Case Arising From Plaintiff’s Fall Down Air Shaft Continues

In Powers v. 31 E 31 LLC, 2014 NY Slip Op 07084, 24 NY3d 84 (Ct. App. Oct. 21, 2014), the Appellate Division, First Department affirmed the denial of defendants’ motion for summary judgment dismissing the complaint. I had previously written about the Court of Appeals’ October 21, 2014 decision in plaintiff’s favor on various issues in the case. The Court of Appeals remitted the case to the Appellate Division for consideration of issues raised but not determined on that appeal.

Here again are the facts of this premises liability personal injury case:

In the early morning hours of August 23, 2008, plaintiff was injured when, while intoxicated, he landed in the bottom of an air shaft after falling off a setback roof of a building owned and managed by defendants. The setback roof, which ran the length of the rear of the building, was five feet wide and accessible through a window of the second-floor apartment of plaintiff’s friend. Although most of the setback abutted either a wall or a setback roof of the adjacent building, a portion of it abutted a 25-foot-deep air shaft. There was no railing, fence or parapet wall around the perimeter of the air shaft, whose opening measured approximately six feet, four inches by eight feet, five inches.

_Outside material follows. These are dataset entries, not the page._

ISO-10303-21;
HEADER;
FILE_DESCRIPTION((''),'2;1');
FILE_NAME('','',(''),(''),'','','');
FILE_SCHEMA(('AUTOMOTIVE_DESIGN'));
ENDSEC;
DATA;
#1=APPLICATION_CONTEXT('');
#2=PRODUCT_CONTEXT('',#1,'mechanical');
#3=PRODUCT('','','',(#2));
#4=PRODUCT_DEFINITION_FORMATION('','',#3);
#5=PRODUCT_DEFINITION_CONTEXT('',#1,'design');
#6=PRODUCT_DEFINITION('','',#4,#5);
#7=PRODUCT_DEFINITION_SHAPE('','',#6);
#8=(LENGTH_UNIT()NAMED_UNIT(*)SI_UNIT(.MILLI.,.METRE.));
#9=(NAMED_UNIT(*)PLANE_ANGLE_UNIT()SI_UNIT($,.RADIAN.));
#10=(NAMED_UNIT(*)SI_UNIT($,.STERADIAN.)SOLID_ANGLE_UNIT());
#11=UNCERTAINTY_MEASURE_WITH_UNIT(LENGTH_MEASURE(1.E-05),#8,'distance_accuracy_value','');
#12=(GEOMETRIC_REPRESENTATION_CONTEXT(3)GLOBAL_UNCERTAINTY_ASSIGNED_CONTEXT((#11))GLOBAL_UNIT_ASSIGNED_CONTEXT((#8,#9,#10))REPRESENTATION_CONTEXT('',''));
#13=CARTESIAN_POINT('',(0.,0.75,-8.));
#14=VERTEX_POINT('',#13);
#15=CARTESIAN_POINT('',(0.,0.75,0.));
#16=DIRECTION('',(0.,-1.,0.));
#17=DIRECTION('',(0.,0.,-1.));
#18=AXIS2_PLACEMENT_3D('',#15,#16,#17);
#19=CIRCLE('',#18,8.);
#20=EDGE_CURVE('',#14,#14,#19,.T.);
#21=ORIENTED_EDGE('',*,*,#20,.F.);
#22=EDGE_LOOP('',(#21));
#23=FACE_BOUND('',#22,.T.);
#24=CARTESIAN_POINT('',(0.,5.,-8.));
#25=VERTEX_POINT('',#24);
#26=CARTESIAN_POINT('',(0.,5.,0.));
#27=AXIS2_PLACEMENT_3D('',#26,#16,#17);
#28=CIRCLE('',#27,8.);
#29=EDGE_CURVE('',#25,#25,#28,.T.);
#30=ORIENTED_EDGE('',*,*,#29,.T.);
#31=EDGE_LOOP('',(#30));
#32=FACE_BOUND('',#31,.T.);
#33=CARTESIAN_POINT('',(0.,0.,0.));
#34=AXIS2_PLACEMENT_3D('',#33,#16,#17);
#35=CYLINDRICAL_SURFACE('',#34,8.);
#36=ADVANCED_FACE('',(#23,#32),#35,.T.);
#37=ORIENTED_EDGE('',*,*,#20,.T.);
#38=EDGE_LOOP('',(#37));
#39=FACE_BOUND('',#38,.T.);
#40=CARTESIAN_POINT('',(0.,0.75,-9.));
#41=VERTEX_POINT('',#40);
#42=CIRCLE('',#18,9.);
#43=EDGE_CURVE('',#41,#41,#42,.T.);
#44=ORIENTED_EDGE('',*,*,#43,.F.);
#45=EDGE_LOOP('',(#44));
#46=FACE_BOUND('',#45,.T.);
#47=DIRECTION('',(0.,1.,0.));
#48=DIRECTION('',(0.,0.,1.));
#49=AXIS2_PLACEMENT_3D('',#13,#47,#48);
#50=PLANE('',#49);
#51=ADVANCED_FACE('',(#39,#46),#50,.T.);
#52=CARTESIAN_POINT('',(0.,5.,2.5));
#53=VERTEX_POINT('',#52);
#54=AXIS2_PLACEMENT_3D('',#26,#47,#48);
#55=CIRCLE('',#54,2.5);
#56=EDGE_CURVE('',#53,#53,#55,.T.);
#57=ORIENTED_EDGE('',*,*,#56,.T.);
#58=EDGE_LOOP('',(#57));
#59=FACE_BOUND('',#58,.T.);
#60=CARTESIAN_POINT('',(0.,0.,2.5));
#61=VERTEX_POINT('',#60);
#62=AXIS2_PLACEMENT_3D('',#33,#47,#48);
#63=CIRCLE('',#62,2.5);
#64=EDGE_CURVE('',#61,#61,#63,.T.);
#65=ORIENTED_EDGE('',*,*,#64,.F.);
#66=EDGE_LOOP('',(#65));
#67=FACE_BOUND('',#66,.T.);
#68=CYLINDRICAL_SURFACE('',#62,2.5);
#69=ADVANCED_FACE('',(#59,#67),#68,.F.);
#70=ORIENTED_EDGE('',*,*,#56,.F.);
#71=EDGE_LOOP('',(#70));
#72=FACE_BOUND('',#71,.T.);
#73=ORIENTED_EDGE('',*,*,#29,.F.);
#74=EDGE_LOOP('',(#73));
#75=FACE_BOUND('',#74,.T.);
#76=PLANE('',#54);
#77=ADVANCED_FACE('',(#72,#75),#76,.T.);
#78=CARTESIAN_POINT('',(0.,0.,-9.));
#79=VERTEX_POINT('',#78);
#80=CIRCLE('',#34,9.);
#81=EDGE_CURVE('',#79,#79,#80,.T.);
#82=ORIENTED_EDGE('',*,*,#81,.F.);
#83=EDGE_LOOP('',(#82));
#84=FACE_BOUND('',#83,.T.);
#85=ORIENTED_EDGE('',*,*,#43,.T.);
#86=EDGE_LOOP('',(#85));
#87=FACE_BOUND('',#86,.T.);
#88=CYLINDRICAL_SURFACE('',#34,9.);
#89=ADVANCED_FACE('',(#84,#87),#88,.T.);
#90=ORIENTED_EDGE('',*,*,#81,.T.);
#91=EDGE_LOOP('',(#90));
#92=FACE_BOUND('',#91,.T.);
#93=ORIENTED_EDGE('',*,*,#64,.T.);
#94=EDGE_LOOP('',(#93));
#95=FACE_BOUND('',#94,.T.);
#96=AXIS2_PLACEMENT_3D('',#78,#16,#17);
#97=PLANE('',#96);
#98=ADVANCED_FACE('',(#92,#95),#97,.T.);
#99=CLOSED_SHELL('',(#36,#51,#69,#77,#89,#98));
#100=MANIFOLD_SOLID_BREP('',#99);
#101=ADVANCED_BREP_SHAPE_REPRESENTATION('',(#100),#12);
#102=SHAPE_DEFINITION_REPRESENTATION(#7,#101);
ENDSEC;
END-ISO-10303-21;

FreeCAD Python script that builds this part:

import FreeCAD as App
import Part
import Sketcher
from FreeCAD import Vector


def add_polygon(sketch, points):
    """Adds a closed chain of lines whose ends are joined by coincident constraints."""
    first, n = sketch.GeometryCount, len(points)
    for a, b in zip(points, points[1:] + points[:1]):
        sketch.addGeometry(Part.LineSegment(App.Vector(*a, 0), App.Vector(*b, 0)), False)
    for i in range(n):
        sketch.addConstraint(Sketcher.Constraint("Coincident", first + i, 2, first + (i + 1) % n, 1))

doc = App.newDocument("Part")
params = doc.addObject("Spreadsheet::Sheet", "Params")
for row, (alias, value) in enumerate([
    ("sketch1_width", "5 mm"),
    ("sketch1_height", "9 mm"),
    ("sketch1_height2", "1 mm"),
    ("sketch1_width2", "0.75 mm"),
    ("revolution_angle", "360 deg"),
    ("sketch2_diameter", "5 mm"),
], start=1):
    params.set(f"A{row}", alias)
    params.set(f"B{row}", "=" + value)
    params.setAlias(f"B{row}", alias)

body = doc.addObject("PartDesign::Body", "Body")

sketch1 = body.newObject("Sketcher::SketchObject", "Sketch")
sketch1.AttachmentSupport = (doc.getObject("YZ_Plane"), [""])
sketch1.MapMode = "FlatFace"
add_polygon(sketch1, [(5, 0), (0, 0), (0, -9), (0.75, -9), (0.75, -8), (5, -8)])
sketch1.addConstraint([
    Sketcher.Constraint("Horizontal", 0),
    Sketcher.Constraint("Vertical", 1),
    Sketcher.Constraint("Horizontal", 2),
    Sketcher.Constraint("Vertical", 3),
    Sketcher.Constraint("Horizontal", 4),
    Sketcher.Constraint("Vertical", 5),
    Sketcher.Constraint("Coincident", 0, 2, -1, 1),
    Sketcher.Constraint("DistanceX", 0, 2, 0, 1, 5.0),
    Sketcher.Constraint("DistanceY", 1, 2, 1, 1, 9.0),
    Sketcher.Constraint("DistanceY", 3, 1, 3, 2, 1.0),
    Sketcher.Constraint("DistanceX", 2, 1, 2, 2, 0.75),
])
sketch1.setExpression("Constraints[13]", "Params.sketch1_width")
sketch1.setExpression("Constraints[14]", "Params.sketch1_height")
sketch1.setExpression("Constraints[15]", "Params.sketch1_height2")
sketch1.setExpression("Constraints[16]", "Params.sketch1_width2")
revolution = body.newObject("PartDesign::Revolution", "Revolution")
revolution.Profile = sketch1
revolution.ReferenceAxis = (sketch1, ["H_Axis"])
revolution.setExpression("Angle", "Params.revolution_angle")

sketch2 = body.newObject("Sketcher::SketchObject", "Sketch001")
sketch2.AttachmentSupport = (doc.getObject("XZ_Plane"), [""])
sketch2.MapMode = "FlatFace"
sketch2.AttachmentOffset = App.Placement(Vector(0, 0, -5), App.Rotation())
sketch2.addGeometry(Part.Circle(Vector(0, 0, 0), Vector(0, 0, 1), 2.5), False)
sketch2.addConstraint([
    Sketcher.Constraint("Coincident", 0, 3, -1, 1),
    Sketcher.Constraint("Diameter", 0, 5.0),
])
sketch2.setExpression("Constraints[1]", "Params.sketch2_diameter")
pocket1 = body.newObject("PartDesign::Pocket", "Pocket")
pocket1.Profile = sketch2
pocket1.Type = "ThroughAll"
pocket1.Reversed = True

doc.recompute()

Initially, the court rejected defendants’ argument on the ground that “the alleged hazard was an open and obvious condition that was not inherently dangerous.” After summarizing the law regarding what hazards qualify as “open and obvious”, the court held:

Viewing the evidence in the light most favorable to plaintiff, we find that a triable issue of fact exists whether the unguarded opening from the setback roof to the air shaft was an open and obvious condition that was not inherently dangerous.

Plaintiff asserts that, at night, guests climbing out of the window and onto the setback roof could not see the air shaft or appreciate the drop. One of plaintiff’s companions testified that she did not notice the air shaft the first time that she went out on the setback. Most of the setback was adjacent to either the wall or the roof of the adjacent building, and only that small portion where plaintiff fell, next to the air shaft, was completely open to the surface below. There is also conflicting testimony as to the available lighting.

The court next rejected the defendant’s argument “hat plaintiff’s extraordinary act of climbing through the window and walking back out onto the setback ledge at night while intoxicated was the superseding or sole proximate cause of the accident.” It reasoned:

On the record before us, defendants have not established as a matter of law that plaintiff’s act of walking out onto the setback roof was a superseding or intervening cause that severed the causal connection between his injuries and any negligence on their part. Plaintiff had never been to the building before the night in question, and defendants did not establish that plaintiff either knew, or should have known, that his conduct was dangerous, notwithstanding that he apparently fell during his second trip onto the setback roof. The fact that plaintiff was legally intoxicated does not alone render his actions a superseding cause.